Data for this task:
■ ■ ■ ■ ■ ■ ■

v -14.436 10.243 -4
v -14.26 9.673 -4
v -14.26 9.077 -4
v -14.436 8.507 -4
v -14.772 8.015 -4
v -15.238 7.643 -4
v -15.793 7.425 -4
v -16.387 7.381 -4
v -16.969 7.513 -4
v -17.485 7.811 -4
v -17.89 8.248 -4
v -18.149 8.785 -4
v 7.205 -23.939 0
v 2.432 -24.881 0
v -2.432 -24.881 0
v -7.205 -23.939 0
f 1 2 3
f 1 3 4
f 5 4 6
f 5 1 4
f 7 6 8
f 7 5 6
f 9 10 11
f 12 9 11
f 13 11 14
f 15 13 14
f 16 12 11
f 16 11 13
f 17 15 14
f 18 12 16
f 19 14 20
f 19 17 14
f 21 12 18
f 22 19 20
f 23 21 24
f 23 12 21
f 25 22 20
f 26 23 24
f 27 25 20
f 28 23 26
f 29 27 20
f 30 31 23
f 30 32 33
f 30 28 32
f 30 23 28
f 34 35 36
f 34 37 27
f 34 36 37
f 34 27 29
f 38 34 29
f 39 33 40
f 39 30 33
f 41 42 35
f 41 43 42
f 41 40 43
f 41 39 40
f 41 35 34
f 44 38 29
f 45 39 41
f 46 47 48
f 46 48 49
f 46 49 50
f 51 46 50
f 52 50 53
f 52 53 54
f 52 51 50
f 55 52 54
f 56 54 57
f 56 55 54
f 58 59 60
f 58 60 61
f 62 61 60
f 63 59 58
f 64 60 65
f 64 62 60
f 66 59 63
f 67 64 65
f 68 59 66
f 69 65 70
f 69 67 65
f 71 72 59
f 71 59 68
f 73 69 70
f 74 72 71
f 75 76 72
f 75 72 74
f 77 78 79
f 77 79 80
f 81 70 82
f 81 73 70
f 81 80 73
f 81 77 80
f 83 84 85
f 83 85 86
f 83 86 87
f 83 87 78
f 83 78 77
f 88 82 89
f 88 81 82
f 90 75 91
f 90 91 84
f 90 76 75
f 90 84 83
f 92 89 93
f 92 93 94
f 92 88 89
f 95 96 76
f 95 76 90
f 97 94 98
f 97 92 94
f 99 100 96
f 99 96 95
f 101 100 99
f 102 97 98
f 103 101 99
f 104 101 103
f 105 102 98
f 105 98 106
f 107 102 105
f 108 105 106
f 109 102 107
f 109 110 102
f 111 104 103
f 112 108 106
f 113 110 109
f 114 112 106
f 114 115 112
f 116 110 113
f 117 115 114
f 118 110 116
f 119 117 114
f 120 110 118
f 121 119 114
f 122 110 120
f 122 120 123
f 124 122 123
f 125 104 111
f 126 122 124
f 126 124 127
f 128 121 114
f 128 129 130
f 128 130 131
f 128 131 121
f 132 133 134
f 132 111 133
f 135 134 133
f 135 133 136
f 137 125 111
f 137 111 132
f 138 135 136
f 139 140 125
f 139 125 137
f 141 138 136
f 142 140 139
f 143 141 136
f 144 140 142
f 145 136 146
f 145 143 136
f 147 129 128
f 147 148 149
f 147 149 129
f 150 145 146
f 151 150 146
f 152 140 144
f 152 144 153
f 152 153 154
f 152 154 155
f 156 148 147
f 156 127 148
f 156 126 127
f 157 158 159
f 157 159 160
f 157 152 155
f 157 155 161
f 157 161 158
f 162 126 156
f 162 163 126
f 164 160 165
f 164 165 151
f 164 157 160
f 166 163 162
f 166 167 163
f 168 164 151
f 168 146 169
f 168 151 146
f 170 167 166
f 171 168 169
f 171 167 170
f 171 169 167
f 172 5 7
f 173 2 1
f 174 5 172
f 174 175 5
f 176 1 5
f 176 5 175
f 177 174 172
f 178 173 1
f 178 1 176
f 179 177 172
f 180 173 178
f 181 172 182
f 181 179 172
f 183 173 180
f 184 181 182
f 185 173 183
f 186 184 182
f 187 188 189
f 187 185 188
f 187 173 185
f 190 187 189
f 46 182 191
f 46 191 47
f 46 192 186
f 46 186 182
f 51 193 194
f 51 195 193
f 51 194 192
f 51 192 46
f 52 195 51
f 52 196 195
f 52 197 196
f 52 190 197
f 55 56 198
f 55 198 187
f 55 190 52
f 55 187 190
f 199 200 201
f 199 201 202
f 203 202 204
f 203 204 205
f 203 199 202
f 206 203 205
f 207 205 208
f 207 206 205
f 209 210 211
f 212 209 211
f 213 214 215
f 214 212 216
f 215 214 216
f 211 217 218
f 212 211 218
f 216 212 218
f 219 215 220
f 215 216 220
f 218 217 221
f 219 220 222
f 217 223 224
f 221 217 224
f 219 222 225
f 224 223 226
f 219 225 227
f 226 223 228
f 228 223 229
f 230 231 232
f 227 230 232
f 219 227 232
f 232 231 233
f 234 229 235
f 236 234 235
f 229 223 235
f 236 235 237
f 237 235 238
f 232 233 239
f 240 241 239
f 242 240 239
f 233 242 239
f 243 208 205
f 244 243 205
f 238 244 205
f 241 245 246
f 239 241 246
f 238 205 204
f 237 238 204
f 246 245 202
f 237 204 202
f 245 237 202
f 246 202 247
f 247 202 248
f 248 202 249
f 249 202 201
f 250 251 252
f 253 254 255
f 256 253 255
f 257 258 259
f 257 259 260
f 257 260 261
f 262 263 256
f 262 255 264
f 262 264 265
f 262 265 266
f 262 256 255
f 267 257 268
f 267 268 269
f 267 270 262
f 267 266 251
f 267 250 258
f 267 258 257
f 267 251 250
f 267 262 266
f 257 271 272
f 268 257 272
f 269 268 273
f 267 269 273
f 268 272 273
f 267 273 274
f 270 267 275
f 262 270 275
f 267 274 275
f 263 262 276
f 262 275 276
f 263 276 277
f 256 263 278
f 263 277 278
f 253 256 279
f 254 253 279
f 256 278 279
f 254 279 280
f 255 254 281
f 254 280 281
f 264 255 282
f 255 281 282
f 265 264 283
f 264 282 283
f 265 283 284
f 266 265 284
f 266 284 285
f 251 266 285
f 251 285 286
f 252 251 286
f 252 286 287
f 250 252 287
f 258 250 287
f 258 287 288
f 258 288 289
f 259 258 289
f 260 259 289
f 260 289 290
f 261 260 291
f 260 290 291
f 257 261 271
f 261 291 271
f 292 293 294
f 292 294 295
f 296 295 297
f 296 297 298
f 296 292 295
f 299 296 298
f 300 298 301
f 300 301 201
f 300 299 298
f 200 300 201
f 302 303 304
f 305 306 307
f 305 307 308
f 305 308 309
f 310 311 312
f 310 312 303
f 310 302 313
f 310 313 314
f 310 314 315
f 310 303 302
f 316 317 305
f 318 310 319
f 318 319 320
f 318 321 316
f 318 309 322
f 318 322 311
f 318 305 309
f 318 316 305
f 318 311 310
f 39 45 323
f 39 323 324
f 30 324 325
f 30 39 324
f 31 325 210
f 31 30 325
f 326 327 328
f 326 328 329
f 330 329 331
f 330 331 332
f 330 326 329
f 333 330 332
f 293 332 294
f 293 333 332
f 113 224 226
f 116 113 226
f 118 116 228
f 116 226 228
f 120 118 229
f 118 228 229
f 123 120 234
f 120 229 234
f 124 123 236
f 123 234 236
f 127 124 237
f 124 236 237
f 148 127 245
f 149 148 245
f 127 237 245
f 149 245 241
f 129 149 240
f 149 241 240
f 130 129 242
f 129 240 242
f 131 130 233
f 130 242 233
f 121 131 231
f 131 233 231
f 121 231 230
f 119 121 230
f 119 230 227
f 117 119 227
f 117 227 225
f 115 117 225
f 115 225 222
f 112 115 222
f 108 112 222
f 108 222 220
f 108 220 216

■ ■ ■ ■ ■ ■ ■

Your assignment: Return only the lines between the one holding "f 243 208 205" and the one holding "f 267 270 262", inclusive, exactly as they appear above.

Reply to the task:
f 243 208 205
f 244 243 205
f 238 244 205
f 241 245 246
f 239 241 246
f 238 205 204
f 237 238 204
f 246 245 202
f 237 204 202
f 245 237 202
f 246 202 247
f 247 202 248
f 248 202 249
f 249 202 201
f 250 251 252
f 253 254 255
f 256 253 255
f 257 258 259
f 257 259 260
f 257 260 261
f 262 263 256
f 262 255 264
f 262 264 265
f 262 265 266
f 262 256 255
f 267 257 268
f 267 268 269
f 267 270 262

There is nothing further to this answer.